Dataset extract:
--*--

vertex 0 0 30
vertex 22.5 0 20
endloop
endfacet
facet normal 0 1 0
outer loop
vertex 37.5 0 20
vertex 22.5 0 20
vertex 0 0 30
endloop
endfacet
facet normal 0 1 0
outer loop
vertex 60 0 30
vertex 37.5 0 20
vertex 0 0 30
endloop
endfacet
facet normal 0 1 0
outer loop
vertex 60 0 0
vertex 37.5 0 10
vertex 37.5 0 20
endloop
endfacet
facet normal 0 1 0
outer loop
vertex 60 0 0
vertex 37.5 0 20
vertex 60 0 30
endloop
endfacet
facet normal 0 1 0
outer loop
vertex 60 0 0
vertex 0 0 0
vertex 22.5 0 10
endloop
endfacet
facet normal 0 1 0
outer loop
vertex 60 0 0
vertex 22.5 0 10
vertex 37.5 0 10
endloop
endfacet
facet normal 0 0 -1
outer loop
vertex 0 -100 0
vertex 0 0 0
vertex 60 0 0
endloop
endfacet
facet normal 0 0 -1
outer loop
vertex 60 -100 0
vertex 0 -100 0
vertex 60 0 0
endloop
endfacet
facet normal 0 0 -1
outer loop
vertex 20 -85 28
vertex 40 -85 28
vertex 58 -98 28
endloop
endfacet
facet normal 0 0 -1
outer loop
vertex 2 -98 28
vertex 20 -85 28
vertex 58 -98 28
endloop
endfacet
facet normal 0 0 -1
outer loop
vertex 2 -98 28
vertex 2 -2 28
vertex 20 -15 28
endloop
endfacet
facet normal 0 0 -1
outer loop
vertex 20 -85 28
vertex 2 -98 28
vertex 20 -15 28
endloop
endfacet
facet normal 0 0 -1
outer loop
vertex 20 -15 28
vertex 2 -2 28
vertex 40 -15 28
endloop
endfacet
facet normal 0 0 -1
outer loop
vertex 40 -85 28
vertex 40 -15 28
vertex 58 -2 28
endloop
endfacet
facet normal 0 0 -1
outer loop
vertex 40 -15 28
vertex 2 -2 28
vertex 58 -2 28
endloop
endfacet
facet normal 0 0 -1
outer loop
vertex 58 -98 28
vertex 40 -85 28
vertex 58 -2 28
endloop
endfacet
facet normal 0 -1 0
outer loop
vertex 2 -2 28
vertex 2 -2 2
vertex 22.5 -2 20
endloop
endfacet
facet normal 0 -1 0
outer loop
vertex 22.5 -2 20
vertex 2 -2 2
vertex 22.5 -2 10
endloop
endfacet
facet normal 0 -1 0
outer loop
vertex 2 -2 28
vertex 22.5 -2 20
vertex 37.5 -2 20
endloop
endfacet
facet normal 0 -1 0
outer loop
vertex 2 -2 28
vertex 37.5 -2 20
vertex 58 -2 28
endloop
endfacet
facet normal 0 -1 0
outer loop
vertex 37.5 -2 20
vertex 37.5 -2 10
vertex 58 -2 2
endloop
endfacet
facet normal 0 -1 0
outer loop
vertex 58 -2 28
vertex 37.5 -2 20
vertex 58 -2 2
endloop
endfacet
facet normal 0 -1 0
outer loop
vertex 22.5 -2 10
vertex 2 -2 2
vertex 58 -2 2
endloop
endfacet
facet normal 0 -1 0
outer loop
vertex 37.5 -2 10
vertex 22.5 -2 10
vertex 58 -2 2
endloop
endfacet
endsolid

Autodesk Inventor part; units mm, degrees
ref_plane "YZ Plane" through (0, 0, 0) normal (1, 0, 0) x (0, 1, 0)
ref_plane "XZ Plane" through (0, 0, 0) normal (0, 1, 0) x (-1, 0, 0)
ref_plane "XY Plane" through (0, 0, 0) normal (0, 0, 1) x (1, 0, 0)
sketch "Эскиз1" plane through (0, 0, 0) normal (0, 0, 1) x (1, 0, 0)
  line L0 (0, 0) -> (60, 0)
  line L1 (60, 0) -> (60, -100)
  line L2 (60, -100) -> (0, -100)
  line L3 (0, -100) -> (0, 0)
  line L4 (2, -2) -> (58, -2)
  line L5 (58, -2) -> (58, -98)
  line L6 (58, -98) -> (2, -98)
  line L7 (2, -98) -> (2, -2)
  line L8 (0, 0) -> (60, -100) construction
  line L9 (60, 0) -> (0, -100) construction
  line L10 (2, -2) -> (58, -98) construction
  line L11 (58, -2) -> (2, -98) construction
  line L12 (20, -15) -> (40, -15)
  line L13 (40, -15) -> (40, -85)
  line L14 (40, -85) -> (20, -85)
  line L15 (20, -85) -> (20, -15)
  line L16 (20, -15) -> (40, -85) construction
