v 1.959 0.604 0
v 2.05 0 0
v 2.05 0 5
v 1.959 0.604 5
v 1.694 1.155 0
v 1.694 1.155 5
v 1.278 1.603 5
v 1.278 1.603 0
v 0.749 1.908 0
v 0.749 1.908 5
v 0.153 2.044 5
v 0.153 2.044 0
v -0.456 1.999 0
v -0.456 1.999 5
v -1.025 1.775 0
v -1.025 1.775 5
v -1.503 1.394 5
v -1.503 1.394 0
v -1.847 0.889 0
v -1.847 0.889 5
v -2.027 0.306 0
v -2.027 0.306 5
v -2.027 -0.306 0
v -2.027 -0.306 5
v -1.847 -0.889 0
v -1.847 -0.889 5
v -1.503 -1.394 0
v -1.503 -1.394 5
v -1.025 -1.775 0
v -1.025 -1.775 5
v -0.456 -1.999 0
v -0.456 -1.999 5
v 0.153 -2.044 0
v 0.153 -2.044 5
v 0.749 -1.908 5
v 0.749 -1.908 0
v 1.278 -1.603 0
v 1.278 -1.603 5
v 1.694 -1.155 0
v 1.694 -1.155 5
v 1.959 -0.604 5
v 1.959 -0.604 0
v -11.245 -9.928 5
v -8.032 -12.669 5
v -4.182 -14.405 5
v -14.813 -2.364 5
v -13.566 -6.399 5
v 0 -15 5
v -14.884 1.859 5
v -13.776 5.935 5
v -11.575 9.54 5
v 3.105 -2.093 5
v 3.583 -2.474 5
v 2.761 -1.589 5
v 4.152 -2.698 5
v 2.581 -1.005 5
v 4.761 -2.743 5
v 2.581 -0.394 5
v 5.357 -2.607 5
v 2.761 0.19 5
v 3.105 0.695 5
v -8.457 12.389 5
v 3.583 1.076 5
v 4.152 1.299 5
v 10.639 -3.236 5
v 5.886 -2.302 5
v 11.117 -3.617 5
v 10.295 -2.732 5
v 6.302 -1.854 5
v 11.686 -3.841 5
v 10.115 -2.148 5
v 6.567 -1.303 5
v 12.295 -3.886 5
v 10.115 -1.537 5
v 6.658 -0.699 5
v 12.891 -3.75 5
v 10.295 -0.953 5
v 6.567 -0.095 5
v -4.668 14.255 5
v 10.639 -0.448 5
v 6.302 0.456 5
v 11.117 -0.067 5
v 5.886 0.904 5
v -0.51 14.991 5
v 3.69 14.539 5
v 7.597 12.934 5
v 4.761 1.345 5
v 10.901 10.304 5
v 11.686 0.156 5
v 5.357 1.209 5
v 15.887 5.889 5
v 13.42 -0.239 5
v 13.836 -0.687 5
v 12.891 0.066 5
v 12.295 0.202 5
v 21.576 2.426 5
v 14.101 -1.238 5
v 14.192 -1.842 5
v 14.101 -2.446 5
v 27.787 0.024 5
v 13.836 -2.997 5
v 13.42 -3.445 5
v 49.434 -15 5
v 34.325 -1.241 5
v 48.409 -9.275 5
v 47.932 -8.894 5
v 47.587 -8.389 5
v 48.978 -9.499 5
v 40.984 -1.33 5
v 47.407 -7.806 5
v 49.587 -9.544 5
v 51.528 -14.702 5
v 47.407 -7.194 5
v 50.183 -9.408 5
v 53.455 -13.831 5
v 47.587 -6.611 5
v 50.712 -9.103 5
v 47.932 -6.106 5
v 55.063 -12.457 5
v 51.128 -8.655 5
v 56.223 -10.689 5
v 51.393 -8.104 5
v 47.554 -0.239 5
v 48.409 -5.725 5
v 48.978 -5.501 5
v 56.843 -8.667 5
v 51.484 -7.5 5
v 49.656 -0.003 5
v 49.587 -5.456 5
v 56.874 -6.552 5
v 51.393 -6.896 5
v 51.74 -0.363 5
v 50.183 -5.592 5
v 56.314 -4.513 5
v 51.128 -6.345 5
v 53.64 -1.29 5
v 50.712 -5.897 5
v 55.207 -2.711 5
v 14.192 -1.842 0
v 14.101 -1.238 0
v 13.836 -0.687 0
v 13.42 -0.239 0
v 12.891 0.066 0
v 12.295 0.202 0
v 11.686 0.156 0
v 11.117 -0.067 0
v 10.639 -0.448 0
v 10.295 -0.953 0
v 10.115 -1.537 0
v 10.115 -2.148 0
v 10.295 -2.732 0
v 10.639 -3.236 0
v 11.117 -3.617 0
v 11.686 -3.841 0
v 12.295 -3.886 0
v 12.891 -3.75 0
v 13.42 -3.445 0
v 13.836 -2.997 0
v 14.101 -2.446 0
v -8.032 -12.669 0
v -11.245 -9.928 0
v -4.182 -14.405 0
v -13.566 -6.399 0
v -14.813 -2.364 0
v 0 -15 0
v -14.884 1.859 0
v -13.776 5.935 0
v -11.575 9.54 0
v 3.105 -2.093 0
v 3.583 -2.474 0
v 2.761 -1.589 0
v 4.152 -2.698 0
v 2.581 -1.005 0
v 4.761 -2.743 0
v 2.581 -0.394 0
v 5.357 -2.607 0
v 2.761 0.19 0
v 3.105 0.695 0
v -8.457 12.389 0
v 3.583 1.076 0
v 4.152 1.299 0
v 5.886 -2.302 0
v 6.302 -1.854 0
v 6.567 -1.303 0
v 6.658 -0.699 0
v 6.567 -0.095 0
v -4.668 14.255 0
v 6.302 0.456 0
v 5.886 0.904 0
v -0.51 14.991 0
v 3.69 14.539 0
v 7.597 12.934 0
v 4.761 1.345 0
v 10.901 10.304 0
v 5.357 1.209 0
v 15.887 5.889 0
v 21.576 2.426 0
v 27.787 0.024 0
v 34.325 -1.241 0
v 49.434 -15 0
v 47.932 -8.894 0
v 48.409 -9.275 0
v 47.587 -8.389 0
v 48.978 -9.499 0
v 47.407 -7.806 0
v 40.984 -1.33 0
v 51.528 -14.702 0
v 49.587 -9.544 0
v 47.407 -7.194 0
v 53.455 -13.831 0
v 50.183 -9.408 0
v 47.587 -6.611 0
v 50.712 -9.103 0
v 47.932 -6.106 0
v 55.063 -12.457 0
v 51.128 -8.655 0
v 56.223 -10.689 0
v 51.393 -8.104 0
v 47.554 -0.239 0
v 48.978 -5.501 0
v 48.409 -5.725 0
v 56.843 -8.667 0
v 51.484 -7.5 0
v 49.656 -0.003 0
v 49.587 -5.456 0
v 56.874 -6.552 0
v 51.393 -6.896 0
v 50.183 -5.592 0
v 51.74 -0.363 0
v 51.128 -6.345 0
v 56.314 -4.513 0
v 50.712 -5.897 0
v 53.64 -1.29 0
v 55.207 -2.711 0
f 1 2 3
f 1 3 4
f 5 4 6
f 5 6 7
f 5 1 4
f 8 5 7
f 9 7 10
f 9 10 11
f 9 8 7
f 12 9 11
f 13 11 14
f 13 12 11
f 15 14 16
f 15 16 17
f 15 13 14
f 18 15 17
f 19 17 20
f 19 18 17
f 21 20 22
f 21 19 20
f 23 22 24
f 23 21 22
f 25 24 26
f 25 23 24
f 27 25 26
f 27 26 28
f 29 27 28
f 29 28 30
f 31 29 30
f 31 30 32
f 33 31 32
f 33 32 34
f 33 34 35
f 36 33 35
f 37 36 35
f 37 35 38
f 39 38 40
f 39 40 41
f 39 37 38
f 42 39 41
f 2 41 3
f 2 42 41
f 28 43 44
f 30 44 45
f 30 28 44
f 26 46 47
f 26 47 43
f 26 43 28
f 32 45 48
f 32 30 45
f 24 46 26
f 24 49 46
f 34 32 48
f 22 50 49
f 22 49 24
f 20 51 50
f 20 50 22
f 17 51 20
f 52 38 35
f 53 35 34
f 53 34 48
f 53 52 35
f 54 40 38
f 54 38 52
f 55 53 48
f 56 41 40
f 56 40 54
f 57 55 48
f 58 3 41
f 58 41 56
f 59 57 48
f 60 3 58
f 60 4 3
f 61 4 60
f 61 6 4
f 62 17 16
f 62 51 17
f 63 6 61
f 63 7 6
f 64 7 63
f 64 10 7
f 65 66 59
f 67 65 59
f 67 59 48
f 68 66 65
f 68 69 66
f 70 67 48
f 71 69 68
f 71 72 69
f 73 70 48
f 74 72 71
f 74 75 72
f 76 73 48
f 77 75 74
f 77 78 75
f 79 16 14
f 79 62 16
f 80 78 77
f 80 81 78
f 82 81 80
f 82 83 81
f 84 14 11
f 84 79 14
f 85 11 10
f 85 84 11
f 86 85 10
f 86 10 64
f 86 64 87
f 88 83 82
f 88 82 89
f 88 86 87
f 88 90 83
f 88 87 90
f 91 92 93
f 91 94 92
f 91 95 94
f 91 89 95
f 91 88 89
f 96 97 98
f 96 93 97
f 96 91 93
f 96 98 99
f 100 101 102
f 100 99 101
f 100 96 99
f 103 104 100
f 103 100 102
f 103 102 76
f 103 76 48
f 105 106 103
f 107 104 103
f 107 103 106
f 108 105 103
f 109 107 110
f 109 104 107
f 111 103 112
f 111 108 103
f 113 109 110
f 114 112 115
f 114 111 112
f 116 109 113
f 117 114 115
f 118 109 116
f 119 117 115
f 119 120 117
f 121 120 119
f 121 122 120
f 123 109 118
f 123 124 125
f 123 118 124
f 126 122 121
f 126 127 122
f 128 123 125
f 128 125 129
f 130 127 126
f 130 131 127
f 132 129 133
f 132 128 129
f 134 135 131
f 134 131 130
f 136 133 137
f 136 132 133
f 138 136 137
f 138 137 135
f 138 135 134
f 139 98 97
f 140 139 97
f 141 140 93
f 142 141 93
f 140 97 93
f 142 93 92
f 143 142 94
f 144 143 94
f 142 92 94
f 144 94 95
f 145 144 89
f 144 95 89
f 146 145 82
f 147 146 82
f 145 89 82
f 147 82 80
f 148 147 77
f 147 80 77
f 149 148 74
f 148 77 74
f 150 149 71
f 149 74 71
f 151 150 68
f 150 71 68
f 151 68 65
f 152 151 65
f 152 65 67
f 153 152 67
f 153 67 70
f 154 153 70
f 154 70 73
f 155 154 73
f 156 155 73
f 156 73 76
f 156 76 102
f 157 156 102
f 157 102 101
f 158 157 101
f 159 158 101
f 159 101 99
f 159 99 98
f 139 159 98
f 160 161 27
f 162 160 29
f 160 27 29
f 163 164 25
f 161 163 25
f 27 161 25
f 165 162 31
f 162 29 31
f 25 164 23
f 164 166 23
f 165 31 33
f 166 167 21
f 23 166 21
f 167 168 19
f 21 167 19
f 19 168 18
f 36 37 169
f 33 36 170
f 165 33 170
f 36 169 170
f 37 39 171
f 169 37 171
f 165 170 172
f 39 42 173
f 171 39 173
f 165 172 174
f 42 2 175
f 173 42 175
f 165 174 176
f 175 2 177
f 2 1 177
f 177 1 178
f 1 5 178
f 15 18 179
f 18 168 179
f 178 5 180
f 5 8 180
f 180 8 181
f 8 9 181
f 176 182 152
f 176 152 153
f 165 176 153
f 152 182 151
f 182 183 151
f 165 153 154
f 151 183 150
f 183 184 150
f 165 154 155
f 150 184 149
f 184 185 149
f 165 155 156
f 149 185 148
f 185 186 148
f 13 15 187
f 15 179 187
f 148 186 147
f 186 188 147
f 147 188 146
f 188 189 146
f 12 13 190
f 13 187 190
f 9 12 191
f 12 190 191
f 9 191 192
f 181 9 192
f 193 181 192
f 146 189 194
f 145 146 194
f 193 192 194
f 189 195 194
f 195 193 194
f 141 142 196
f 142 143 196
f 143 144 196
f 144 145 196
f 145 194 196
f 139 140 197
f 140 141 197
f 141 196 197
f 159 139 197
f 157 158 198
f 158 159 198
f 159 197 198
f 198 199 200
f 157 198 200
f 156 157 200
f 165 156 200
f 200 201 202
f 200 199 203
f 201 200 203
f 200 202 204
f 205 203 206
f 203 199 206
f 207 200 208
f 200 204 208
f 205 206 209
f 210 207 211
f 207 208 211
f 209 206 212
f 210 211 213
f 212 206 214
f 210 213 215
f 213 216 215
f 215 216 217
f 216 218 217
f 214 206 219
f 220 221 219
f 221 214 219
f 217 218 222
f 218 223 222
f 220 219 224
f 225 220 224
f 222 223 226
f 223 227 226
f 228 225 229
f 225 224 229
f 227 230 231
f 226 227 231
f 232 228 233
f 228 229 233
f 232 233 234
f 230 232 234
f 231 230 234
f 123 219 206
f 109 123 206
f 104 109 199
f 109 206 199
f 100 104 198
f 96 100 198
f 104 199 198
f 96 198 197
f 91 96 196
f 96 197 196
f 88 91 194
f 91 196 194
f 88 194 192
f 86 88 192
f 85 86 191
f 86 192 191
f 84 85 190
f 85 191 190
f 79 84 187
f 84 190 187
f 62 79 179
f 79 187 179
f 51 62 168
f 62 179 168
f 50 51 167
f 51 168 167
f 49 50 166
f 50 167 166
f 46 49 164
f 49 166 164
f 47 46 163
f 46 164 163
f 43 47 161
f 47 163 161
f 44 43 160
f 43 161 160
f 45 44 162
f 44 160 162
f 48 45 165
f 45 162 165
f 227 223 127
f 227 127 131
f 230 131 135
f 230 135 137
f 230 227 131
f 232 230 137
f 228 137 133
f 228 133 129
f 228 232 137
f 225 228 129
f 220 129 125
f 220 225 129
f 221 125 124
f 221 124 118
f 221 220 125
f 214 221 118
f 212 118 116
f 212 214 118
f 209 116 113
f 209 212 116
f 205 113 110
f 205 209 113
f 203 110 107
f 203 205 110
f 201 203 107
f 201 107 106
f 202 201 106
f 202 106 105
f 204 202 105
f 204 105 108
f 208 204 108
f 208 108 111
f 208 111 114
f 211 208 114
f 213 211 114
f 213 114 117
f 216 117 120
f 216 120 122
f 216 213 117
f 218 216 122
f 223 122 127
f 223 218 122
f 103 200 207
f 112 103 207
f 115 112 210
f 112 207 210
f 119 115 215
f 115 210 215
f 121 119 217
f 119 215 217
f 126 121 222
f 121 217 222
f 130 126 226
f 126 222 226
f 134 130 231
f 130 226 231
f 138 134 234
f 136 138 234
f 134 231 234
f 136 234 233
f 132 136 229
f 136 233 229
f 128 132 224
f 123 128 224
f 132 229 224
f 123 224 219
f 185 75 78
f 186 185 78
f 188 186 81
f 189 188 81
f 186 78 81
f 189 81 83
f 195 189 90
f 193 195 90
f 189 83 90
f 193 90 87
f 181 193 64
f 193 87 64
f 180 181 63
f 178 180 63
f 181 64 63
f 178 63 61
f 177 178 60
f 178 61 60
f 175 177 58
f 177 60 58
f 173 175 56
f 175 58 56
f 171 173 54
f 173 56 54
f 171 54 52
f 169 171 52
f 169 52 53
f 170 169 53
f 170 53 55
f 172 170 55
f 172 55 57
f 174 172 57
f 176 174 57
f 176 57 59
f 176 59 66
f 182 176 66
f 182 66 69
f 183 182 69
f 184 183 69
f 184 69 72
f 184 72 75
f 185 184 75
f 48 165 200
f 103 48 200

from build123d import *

# Parameters (mm, degrees)
SCHIZZO1_R                   = 2.05
ESTRUSIONE_ESTRUSIONE1_DEPTH = 5
CUT_EXTRUDE1_REACH           = 7
SKETCH1_R                    = 2.05


with BuildPart() as part:
    # Schizzo1 → Estrusione-Estrusione1 (new body)
    with BuildSketch(Plane.XY):
        with BuildLine():
            Line((0, -15), (49.434299833, -15))
            ThreePointArc((49.434299833, -15), (56.874189574, -6.552349937), (47.554189972, -0.239477504))
            ThreePointArc((47.554189972, -0.239477504), (27.787162994, 0.02445935), (10.90104019, 10.30375285))
            ThreePointArc((10.90104019, 10.30375285), (-13.775998925, 5.934800218), (0, -15))
        make_face()
        Circle(SCHIZZO1_R, mode=Mode.SUBTRACT)
        with Locations((49.434299833, -7.5)):
            Circle(SCHIZZO1_R, mode=Mode.SUBTRACT)
    extrude(amount=ESTRUSIONE_ESTRUSIONE1_DEPTH)

    # Sketch1 → Cut-Extrude1 (cut, up to next)
    with BuildSketch(Plane.XY.offset(5), mode=Mode.PRIVATE) as cut_extrude1_sk1:
        with Locations((4.608166562, -0.699135)):
            Circle(SKETCH1_R)
    cut_extrude1_tool1 = extrude(cut_extrude1_sk1.sketch, amount=-CUT_EXTRUDE1_REACH, mode=Mode.PRIVATE) & part.part
    add(cut_extrude1_tool1.solids().sort_by_distance((4.608167, -0.699135, 5))[0], mode=Mode.SUBTRACT)
    # Sketch1 → Cut-Extrude1 (cut, up to next)
    with BuildSketch(Plane.XY.offset(5), mode=Mode.PRIVATE) as cut_extrude1_sk2:
        with Locations((12.141953856, -1.842135)):
            Circle(SKETCH1_R)
    cut_extrude1_tool2 = extrude(cut_extrude1_sk2.sketch, amount=-CUT_EXTRUDE1_REACH, mode=Mode.PRIVATE) & part.part
    add(cut_extrude1_tool2.solids().sort_by_distance((12.141954, -1.842135, 5))[0], mode=Mode.SUBTRACT)


solid = part.part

--*--

Task details: Looking at the records above, return exactly the lines from the line with "f 149 74 71" to the line with "f 15 18 179", both ends included.

Response for this exercise:
f 149 74 71
f 151 150 68
f 150 71 68
f 151 68 65
f 152 151 65
f 152 65 67
f 153 152 67
f 153 67 70
f 154 153 70
f 154 70 73
f 155 154 73
f 156 155 73
f 156 73 76
f 156 76 102
f 157 156 102
f 157 102 101
f 158 157 101
f 159 158 101
f 159 101 99
f 159 99 98
f 139 159 98
f 160 161 27
f 162 160 29
f 160 27 29
f 163 164 25
f 161 163 25
f 27 161 25
f 165 162 31
f 162 29 31
f 25 164 23
f 164 166 23
f 165 31 33
f 166 167 21
f 23 166 21
f 167 168 19
f 21 167 19
f 19 168 18
f 36 37 169
f 33 36 170
f 165 33 170
f 36 169 170
f 37 39 171
f 169 37 171
f 165 170 172
f 39 42 173
f 171 39 173
f 165 172 174
f 42 2 175
f 173 42 175
f 165 174 176
f 175 2 177
f 2 1 177
f 177 1 178
f 1 5 178
f 15 18 179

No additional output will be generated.